>>>>>
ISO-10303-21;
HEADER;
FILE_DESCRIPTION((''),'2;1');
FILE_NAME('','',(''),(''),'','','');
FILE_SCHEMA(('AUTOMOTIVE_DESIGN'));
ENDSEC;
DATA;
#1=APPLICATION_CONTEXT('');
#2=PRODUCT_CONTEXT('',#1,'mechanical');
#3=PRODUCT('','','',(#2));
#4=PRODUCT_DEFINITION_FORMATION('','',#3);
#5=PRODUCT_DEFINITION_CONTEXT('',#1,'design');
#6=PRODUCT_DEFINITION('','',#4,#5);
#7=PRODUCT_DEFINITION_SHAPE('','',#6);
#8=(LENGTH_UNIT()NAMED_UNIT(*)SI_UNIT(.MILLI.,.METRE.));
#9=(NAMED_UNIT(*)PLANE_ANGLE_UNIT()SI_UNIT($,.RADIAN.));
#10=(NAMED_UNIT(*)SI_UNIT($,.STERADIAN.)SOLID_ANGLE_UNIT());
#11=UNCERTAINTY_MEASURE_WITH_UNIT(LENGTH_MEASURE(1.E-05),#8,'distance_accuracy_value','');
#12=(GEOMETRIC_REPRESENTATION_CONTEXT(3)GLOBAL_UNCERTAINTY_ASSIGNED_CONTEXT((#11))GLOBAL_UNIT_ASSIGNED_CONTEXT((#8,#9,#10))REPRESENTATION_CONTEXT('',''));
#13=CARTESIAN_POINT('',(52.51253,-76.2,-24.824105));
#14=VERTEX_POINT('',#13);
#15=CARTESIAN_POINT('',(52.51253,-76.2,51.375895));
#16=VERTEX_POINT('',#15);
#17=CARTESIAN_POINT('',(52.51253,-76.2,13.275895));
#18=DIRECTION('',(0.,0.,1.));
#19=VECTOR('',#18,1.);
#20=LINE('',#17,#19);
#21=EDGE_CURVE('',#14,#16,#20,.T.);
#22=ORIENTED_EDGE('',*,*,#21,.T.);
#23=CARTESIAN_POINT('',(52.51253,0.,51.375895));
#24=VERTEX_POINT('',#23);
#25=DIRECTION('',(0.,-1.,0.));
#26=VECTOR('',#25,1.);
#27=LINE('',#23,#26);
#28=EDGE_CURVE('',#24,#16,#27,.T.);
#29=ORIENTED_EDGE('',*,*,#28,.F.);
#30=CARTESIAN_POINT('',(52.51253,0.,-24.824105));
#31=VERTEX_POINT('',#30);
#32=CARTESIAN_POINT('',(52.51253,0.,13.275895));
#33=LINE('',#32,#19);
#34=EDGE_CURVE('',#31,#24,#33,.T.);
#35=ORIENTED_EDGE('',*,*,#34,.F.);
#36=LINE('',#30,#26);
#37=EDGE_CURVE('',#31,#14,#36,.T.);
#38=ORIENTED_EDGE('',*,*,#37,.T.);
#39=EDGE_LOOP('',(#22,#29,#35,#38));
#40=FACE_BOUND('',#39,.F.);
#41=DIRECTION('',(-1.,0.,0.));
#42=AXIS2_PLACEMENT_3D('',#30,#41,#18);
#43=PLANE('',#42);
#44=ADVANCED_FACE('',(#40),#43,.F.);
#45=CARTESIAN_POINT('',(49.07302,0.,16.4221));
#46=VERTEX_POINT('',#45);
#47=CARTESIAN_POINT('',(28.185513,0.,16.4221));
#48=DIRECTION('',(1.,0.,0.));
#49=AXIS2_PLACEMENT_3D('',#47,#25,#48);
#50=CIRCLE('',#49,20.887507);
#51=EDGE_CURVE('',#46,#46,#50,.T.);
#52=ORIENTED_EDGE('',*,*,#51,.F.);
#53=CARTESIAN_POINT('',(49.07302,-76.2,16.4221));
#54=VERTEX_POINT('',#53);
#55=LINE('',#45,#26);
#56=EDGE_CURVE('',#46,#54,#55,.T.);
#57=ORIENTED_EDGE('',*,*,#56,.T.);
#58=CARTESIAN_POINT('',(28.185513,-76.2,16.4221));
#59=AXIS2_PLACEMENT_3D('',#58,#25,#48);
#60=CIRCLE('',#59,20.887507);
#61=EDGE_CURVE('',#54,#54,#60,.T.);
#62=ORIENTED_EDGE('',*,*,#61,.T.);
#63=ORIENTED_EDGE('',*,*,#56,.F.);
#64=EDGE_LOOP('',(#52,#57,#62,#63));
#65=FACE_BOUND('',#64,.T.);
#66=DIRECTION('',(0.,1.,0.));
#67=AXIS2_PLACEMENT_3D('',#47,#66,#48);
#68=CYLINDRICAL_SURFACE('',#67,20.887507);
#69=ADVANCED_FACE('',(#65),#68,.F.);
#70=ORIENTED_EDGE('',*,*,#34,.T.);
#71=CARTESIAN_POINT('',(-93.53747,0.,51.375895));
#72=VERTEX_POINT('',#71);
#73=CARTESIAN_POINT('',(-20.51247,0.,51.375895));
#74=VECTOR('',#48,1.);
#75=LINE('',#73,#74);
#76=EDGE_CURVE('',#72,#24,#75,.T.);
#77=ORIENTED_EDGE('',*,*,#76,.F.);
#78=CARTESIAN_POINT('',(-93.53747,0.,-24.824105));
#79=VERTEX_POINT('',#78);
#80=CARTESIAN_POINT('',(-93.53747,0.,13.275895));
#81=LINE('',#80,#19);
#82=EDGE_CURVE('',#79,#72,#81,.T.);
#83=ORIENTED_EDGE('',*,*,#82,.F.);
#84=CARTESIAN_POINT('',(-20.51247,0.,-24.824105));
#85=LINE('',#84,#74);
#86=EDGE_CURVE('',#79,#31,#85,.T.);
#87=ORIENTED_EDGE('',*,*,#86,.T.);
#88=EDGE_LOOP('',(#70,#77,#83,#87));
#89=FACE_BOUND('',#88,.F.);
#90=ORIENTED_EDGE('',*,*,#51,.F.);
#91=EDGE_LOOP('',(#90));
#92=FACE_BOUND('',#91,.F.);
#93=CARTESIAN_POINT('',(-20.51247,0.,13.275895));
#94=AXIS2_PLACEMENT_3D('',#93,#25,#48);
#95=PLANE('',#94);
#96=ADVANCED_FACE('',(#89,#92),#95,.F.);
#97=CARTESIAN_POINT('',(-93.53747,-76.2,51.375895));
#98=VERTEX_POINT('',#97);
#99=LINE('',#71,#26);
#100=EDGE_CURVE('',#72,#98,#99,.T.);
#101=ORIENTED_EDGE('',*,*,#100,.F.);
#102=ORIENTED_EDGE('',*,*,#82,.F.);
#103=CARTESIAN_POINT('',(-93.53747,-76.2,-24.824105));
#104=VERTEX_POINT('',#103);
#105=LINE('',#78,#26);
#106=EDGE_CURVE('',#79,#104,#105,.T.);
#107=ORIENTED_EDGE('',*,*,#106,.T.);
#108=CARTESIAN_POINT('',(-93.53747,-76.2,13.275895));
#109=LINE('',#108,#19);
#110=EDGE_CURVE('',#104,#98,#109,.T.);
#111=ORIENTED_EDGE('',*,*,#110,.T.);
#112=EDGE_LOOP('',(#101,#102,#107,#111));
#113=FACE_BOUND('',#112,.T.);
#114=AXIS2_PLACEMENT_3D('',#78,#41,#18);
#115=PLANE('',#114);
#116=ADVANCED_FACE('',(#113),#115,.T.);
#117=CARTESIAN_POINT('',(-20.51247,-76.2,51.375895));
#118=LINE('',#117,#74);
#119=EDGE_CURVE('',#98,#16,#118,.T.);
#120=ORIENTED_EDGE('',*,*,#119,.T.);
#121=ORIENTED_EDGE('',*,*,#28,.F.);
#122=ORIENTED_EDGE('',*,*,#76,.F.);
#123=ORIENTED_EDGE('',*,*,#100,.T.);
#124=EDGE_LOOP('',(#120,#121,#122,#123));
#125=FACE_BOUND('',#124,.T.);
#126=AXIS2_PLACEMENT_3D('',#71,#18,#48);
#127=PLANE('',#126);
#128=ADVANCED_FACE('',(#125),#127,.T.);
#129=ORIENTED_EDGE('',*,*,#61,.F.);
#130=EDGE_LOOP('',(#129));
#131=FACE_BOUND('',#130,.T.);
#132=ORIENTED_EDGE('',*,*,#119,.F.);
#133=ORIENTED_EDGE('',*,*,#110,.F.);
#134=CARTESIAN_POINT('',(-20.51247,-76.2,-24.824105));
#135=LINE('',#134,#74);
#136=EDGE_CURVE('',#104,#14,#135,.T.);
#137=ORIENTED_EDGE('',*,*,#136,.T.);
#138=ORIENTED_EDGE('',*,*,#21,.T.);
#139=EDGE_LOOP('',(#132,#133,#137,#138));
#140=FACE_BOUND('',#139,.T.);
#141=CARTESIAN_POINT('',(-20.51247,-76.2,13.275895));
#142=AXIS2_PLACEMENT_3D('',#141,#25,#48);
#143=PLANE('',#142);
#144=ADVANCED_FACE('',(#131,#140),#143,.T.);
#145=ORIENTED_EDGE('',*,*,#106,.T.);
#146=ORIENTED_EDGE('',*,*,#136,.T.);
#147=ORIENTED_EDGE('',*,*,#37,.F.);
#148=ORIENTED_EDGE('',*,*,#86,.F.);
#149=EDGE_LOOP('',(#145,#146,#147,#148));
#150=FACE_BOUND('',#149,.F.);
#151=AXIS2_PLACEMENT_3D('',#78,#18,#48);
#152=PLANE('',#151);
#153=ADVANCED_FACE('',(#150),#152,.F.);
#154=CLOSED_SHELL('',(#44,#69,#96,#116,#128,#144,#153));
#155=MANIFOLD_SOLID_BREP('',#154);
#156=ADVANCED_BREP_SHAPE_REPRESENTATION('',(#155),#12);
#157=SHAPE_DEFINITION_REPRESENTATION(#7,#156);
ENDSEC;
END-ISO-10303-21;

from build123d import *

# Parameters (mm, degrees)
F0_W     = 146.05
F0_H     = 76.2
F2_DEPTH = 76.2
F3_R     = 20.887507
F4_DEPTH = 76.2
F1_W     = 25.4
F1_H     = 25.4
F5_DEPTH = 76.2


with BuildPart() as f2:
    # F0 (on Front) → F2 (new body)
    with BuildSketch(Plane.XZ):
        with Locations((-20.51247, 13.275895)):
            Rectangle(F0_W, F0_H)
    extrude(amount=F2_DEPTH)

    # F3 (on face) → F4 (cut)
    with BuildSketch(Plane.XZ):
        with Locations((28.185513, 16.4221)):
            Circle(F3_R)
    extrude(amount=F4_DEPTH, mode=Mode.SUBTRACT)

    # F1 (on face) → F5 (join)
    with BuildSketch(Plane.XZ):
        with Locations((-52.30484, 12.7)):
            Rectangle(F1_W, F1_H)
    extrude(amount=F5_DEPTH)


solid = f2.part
<<<<<
Work to be completed: From the first line of the records to the line containing "#3=PRODUCT('','','',(#2));", inclusive, transcribe everything exactly and leave out the rest.

Output for this task:
ISO-10303-21;
HEADER;
FILE_DESCRIPTION((''),'2;1');
FILE_NAME('','',(''),(''),'','','');
FILE_SCHEMA(('AUTOMOTIVE_DESIGN'));
ENDSEC;
DATA;
#1=APPLICATION_CONTEXT('');
#2=PRODUCT_CONTEXT('',#1,'mechanical');
#3=PRODUCT('','','',(#2));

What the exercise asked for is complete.